I see, thanks for the clarification.

Best,
Bobby

Bobby Eshleman April 16, 2023, 6:57 a.m. UTC | #3

On Wed, May 03, 2023 at 09:38:50AM +0200, Stefano Garzarella wrote:
> On Sun, Apr 16, 2023 at 04:49:00AM +0000, Bobby Eshleman wrote:
> > On Tue, May 02, 2023 at 04:14:18PM -0400, Stefan Hajnoczi wrote:
> > > On Tue, May 02, 2023 at 10:44:04AM -0700, Cong Wang wrote:
> > > > From: Cong Wang <cong.wang@bytedance.com>
> > > >
> > > > When virtqueue_add_sgs() fails, the skb is put back to send queue,
> > > > we should not deliver the copy to tap device in this case.

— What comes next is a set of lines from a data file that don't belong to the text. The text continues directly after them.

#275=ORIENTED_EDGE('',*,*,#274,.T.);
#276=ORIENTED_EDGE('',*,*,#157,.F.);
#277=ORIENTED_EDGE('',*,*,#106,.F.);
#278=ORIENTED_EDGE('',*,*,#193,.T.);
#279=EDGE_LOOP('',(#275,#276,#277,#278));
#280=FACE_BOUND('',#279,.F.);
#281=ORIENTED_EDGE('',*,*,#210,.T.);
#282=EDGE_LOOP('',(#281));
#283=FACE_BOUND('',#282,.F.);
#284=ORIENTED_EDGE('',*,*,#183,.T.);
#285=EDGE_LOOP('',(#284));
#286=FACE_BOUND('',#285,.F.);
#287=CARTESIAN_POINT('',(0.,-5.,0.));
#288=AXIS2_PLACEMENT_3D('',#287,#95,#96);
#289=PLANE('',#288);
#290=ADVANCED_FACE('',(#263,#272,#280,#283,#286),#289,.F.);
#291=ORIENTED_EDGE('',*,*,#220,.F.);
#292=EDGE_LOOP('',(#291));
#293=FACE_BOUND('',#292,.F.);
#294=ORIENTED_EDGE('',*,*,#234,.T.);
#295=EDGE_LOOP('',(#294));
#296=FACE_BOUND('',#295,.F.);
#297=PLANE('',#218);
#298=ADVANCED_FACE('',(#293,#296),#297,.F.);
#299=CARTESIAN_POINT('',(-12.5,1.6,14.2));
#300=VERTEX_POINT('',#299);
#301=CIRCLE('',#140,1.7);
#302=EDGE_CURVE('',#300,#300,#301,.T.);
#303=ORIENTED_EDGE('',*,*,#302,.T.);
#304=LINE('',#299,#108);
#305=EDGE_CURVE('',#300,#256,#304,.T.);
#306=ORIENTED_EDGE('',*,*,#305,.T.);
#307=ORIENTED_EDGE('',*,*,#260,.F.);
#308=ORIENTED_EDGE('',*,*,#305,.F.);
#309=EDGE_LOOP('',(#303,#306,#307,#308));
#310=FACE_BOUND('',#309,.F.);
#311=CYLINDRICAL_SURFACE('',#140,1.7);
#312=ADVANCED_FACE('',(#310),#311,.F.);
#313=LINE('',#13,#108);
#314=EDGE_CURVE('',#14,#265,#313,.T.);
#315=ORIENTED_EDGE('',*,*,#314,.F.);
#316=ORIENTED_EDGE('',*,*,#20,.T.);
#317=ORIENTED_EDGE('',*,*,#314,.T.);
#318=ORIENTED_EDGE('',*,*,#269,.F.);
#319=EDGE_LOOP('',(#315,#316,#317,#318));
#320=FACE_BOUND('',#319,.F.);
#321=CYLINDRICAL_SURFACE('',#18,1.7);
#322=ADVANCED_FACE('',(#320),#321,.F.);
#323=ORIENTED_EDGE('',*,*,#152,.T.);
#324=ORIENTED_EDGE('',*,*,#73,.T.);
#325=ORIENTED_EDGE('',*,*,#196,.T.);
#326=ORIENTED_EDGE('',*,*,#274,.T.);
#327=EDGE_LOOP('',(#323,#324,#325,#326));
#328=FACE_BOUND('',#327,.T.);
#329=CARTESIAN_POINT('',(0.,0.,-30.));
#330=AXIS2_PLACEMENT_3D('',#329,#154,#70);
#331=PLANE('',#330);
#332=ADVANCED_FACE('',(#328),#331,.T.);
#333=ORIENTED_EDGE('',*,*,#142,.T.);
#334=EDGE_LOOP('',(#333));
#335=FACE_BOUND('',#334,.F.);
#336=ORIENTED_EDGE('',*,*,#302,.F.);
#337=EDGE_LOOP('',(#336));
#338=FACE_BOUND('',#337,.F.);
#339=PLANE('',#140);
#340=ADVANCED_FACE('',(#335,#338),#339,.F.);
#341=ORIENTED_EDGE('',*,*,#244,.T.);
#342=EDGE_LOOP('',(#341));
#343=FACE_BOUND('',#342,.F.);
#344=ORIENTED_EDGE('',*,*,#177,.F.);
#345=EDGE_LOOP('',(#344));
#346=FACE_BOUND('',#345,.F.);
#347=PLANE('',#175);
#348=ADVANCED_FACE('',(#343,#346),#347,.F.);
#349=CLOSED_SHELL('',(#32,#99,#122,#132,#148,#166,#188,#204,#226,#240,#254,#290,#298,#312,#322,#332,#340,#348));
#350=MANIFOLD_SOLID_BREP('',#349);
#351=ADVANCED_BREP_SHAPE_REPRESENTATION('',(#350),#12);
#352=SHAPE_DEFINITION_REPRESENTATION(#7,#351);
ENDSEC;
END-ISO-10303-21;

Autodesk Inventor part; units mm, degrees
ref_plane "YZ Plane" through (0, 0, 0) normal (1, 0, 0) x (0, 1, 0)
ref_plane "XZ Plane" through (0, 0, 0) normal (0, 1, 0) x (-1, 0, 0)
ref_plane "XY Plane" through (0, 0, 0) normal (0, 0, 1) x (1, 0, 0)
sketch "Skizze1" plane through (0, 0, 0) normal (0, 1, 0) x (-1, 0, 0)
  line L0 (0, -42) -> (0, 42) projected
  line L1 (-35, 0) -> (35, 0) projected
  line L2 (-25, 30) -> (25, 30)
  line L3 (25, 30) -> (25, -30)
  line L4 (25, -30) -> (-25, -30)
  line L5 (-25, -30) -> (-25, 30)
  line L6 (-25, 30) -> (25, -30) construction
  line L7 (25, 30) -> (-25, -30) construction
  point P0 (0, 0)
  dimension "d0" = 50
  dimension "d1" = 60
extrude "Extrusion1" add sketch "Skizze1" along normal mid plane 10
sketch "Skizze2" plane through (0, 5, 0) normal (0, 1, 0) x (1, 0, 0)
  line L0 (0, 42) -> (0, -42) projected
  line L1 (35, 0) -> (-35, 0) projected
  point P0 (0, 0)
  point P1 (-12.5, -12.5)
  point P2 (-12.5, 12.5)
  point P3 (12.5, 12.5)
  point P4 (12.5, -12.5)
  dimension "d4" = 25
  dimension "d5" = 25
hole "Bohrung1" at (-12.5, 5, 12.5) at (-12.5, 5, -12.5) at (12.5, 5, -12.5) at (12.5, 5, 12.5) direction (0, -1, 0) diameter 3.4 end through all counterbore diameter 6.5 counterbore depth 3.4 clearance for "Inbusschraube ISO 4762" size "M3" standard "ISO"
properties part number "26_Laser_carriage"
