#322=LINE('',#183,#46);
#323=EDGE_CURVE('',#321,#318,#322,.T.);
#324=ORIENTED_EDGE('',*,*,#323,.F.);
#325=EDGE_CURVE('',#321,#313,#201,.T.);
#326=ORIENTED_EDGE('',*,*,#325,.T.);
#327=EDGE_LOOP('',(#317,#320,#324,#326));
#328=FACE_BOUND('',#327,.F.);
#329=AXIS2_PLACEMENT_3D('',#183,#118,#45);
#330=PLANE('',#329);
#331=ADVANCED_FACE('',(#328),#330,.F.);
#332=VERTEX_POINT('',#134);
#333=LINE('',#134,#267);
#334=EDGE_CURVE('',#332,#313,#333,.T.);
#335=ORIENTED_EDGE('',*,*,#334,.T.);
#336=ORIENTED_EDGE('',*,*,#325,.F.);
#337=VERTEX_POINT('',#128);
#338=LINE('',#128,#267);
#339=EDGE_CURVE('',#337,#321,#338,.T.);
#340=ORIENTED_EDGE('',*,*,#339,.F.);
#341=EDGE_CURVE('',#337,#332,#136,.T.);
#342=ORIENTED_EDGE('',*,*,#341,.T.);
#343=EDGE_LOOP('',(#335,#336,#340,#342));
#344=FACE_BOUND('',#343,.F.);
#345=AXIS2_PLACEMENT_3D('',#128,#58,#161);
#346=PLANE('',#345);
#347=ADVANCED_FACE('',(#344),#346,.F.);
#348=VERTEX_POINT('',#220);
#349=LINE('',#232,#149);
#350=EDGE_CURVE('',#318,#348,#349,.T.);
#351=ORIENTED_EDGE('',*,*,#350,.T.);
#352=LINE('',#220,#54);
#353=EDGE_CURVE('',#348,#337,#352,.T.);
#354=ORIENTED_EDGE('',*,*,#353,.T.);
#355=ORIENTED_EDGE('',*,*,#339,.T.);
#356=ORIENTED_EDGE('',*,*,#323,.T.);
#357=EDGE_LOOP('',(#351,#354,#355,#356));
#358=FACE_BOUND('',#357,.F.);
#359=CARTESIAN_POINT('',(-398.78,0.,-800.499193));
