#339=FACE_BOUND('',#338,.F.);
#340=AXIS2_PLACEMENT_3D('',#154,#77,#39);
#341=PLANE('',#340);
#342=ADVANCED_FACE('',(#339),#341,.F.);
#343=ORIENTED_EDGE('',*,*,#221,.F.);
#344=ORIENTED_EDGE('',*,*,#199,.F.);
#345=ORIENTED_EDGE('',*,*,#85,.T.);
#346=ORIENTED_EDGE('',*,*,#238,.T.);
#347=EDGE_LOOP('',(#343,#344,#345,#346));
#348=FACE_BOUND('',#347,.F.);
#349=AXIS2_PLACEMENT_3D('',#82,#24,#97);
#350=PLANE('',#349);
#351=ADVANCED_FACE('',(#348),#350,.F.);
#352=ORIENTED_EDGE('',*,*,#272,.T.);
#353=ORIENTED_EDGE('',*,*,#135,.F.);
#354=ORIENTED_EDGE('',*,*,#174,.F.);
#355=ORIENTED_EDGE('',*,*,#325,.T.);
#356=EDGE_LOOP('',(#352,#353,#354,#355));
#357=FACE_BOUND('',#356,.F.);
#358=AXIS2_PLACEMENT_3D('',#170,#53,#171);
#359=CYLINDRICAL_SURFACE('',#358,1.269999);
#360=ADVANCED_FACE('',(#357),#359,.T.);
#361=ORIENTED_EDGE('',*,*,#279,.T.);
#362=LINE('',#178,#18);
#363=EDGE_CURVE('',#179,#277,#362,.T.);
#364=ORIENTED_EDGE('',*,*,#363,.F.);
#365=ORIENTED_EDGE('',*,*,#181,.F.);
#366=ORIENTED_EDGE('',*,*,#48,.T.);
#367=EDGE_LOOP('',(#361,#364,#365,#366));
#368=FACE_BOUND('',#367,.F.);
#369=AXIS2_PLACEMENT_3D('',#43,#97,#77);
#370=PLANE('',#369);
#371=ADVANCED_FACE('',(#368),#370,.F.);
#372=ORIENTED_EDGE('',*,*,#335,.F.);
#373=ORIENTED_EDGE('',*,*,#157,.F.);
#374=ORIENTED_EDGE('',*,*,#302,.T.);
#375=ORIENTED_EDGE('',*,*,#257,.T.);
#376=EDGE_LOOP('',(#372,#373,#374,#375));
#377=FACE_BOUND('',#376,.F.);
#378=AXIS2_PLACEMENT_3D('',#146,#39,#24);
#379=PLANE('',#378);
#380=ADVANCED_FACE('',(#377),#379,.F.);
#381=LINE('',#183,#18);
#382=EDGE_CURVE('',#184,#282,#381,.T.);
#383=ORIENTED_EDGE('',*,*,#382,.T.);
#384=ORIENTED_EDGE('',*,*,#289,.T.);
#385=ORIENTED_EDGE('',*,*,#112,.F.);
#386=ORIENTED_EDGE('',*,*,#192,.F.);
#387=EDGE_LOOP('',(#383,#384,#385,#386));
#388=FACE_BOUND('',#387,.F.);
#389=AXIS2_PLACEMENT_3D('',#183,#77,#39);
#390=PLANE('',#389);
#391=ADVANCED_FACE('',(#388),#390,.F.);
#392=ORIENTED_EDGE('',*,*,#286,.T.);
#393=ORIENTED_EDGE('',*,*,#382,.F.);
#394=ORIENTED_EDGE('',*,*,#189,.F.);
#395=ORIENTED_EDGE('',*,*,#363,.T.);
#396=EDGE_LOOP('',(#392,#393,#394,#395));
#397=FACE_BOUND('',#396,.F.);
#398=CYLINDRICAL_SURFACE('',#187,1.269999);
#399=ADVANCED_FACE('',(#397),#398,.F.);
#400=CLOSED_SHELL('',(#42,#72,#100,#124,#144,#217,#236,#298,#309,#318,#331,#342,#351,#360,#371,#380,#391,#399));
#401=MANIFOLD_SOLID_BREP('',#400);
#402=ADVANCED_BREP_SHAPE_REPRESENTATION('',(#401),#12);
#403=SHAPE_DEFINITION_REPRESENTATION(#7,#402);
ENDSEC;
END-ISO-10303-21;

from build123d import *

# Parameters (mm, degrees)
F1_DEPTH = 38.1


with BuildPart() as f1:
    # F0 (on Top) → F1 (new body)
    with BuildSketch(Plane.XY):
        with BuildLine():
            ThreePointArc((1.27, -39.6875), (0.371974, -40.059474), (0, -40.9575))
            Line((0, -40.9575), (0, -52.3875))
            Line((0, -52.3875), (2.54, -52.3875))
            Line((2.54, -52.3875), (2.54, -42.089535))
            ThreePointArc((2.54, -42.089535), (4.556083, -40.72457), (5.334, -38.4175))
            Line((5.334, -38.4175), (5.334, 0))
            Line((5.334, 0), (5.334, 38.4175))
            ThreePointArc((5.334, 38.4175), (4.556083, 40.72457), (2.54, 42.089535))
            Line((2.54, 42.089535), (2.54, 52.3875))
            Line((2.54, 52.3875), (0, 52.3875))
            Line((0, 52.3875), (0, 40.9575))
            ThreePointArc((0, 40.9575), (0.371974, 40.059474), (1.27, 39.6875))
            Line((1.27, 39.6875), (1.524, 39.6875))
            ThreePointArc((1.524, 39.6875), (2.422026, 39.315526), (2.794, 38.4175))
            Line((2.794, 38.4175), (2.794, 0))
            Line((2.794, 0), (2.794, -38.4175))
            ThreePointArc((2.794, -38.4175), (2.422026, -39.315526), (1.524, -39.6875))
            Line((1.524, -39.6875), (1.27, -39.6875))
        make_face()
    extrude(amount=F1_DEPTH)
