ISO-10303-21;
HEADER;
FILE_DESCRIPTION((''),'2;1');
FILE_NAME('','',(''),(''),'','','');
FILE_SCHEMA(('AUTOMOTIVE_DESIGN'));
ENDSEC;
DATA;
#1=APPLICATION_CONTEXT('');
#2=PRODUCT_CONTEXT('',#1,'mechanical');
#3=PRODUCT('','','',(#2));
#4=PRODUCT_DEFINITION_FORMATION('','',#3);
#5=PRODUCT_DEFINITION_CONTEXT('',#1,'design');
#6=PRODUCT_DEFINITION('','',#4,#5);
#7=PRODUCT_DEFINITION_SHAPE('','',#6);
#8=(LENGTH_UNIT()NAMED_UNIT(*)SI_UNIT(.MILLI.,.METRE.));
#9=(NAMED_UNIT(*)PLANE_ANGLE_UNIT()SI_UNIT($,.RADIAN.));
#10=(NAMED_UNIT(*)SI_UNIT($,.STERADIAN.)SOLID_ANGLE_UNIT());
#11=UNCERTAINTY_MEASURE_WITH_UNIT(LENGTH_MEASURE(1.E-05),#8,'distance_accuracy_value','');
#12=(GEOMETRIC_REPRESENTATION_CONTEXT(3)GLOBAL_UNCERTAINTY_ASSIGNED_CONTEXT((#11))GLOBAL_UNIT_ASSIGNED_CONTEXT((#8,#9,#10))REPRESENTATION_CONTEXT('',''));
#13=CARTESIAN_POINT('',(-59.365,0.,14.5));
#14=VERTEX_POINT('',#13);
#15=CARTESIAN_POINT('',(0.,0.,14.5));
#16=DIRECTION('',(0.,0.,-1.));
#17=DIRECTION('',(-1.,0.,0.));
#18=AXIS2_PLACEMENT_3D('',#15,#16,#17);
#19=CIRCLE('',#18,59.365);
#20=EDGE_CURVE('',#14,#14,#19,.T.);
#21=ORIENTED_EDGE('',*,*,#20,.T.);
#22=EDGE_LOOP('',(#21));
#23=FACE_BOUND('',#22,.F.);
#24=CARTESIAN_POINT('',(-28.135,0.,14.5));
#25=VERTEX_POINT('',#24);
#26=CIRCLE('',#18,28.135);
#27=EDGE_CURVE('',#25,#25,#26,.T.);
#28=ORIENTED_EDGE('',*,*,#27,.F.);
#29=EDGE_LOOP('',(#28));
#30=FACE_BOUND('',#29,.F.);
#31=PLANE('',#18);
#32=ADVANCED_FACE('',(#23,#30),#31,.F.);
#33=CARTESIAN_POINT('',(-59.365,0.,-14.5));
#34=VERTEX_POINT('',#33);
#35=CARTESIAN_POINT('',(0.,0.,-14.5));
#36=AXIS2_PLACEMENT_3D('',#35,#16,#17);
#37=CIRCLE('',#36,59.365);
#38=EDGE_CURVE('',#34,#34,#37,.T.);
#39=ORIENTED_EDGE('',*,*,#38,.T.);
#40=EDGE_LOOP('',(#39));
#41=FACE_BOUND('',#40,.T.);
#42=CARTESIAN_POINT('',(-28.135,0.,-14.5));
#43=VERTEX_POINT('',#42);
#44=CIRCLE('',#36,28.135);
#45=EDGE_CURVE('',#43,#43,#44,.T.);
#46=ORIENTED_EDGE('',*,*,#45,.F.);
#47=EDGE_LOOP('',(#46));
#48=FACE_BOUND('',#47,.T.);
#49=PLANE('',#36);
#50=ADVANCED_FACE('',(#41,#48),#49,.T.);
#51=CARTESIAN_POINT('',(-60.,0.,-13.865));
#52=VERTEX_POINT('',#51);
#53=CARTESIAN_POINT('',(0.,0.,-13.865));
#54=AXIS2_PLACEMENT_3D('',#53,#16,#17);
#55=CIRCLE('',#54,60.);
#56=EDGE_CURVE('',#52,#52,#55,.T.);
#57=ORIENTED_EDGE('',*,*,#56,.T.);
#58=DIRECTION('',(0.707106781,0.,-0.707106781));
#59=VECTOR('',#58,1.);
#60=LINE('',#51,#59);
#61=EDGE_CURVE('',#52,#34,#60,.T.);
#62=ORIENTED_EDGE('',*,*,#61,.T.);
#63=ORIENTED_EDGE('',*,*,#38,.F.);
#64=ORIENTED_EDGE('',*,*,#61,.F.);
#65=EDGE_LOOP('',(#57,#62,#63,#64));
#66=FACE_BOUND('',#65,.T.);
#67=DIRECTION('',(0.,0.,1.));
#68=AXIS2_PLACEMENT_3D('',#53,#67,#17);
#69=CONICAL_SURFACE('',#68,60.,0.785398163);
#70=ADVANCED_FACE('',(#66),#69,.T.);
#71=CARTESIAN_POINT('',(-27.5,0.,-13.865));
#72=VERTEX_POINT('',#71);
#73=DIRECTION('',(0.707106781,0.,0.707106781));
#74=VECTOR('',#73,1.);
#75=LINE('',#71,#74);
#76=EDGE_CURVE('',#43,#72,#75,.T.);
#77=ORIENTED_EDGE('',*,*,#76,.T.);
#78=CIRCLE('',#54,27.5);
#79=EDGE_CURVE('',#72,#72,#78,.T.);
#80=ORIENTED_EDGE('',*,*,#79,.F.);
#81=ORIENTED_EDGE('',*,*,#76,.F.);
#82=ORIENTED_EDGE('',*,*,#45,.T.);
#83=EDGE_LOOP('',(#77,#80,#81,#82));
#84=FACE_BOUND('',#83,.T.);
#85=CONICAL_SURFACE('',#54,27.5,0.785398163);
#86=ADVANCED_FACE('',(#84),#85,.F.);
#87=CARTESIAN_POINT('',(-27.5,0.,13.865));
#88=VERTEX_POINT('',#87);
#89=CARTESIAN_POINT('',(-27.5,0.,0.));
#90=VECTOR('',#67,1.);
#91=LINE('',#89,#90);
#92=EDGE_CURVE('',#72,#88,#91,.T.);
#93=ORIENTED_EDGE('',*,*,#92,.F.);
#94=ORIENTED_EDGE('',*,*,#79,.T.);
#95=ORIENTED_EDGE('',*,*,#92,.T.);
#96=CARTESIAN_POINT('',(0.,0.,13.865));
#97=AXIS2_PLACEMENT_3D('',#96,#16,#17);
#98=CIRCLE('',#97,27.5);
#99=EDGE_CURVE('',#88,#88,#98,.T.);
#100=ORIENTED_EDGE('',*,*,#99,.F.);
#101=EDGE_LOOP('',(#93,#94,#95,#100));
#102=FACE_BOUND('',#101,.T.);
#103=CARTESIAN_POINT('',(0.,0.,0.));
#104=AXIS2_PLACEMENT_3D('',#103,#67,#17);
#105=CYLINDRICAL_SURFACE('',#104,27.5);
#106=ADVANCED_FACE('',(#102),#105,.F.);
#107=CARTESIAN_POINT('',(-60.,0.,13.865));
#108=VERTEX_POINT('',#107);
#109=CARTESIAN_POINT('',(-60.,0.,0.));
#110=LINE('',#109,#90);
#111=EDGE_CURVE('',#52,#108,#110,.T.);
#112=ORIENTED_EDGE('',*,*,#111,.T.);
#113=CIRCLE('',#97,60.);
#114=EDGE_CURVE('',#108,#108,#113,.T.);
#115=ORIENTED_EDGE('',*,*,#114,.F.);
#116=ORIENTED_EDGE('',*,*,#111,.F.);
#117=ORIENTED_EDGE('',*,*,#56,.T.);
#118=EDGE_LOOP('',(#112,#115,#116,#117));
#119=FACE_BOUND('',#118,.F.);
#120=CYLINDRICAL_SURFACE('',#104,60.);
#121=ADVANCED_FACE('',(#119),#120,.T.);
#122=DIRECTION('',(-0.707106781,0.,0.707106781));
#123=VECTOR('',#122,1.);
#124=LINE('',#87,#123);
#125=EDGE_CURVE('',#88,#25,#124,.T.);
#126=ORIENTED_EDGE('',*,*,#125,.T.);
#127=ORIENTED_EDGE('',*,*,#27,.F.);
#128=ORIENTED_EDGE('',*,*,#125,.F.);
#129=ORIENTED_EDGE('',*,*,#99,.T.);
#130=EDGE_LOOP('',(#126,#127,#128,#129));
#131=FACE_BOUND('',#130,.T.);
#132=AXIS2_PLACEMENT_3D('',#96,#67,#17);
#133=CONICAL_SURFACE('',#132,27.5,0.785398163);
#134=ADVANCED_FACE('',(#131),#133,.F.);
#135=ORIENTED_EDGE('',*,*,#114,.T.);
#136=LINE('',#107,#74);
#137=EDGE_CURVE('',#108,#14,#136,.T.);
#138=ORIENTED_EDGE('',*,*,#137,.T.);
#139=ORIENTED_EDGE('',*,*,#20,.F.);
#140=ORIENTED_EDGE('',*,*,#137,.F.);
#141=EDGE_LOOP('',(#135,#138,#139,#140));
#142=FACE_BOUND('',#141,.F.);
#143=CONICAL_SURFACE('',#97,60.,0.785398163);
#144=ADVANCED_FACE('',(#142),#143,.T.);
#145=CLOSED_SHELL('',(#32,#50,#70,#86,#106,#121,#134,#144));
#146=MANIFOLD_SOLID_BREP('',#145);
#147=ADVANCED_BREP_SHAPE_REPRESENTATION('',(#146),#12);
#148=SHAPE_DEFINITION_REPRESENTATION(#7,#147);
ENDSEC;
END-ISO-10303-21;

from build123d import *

# Parameters (mm, degrees)
F0_W    = 32.5
F0_H    = 29
F2_SIZE = 0.635


with BuildPart() as f1:
    # F0 (on Front) → F1 (revolve)
    with BuildSketch(Plane.XZ):
        with Locations((-43.75, 0)):
            Rectangle(F0_W, F0_H)
    revolve(axis=Axis((0, 0, 12.445999), (0, 0, -1)))

    # F2
    f2_edges = [f1.edges().sort_by_distance(p)[0] for p in [
        (27.5, 0, 14.5),
        (60, 0, 14.5),
        (27.5, 0, -14.5),
        (60, 0, -14.5),
    ]]
    chamfer(f2_edges, length=F2_SIZE)


solid = f1.part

So we
> > > > need to move virtio_transport_deliver_tap_pkt() down after all
> > > > possible failures.
> > > >
> > > > Fixes: 82dfb540aeb2 ("VSOCK: Add virtio vsock vsockmon hooks")
> > > > Cc: Stefan Hajnoczi <stefanha@redhat.com>
> > > > Cc: Stefano Garzarella <sgarzare@redhat.com>
> > > > Cc: Bobby Eshleman <bobby.eshleman@bytedance.com>
> > > > Signed-off-by: Cong Wang <cong.wang@bytedance.com>
> > > > ---
> > > >  net/vmw_vsock/virtio_transport.c | 5 ++---
> > > >  1 file changed, 2 insertions(+), 3 deletions(-)
> > > >
> > > > diff --git a/net/vmw_vsock/virtio_transport.c b/net/vmw_vsock/virtio_transport.c
> > > > index e95df847176b..055678628c07 100644
> > > > --- a/net/vmw_vsock/virtio_transport.c
> > > > +++ b/net/vmw_vsock/virtio_transport.c
> > > > @@ -109,9 +109,6 @@ virtio_transport_send_pkt_work(struct work_struct *work)
> > > >  		if (!skb)
> > > >  			break;
> > > >
> > > > -		virtio_transport_deliver_tap_pkt(skb);
> > > > -		reply = virtio_vsock_skb_reply(skb);
> > > > -
> > > >  		sg_init_one(&hdr, virtio_vsock_hdr(skb), sizeof(*virtio_vsock_hdr(skb)));
> > > >  		sgs[out_sg++] = &hdr;
> > > >  		if (skb->len > 0) {
> > > > @@ -128,6 +125,8 @@ virtio_transport_send_pkt_work(struct work_struct *work)
> > > >  			break;
> > > >  		}
> > > >
> > > > +		virtio_transport_deliver_tap_pkt(skb);
> 
> I would move only the virtio_transport_deliver_tap_pkt(),
> virtio_vsock_skb_reply() is not related.
> 
> > > > +		reply = virtio_vsock_skb_reply(skb);
> > > 
> > > I don't remember the reason for the ordering, but I'm pretty sure it was
> > > deliberate. Probably because the payload buffers could be freed as soon
> > > as virtqueue_add_sgs() is called.
> > > 
> > > If that's no longer true with Bobby's skbuff code, then maybe it's safe
> > > to monitor packets after they have been sent.
> > > 
> > > Stefan
> > 
> > Hey Stefan,
> > 
> > Unfortunately, skbuff doesn't change that behavior.
> > 
> > If I understand correctly, the problem flow you are describing
> > would be something like this:
> > 
> > Thread 0 			Thread 1
> > guest:virtqueue_add_sgs()[@send_pkt_work]
> > 
> > 				host:vhost_vq_get_desc()[@handle_tx_kick]
> > 				host:vhost_add_used()
> > 				host:vhost_signal()
> > 				guest:virtqueue_get_buf()[@tx_work]
> > 				guest:consume_skb()
> > 
> > guest:deliver_tap_pkt()[@send_pkt_work]
> > ^ use-after-free
> > 
> > Which I guess is possible because the receiver can consume the new
> > scatterlist during the processing kicked off for a previous batch?
> > (doesn't have to wait for the subsequent kick)
> 
> This is true, but both `send_pkt_work` and `tx_work` hold `tx_lock`, so can
> they really go in parallel?
> 

Oh good point, the tx_lock synchronizes it:

Thread 0 			Thread 1
guest:virtqueue_add_sgs()[@send_pkt_work]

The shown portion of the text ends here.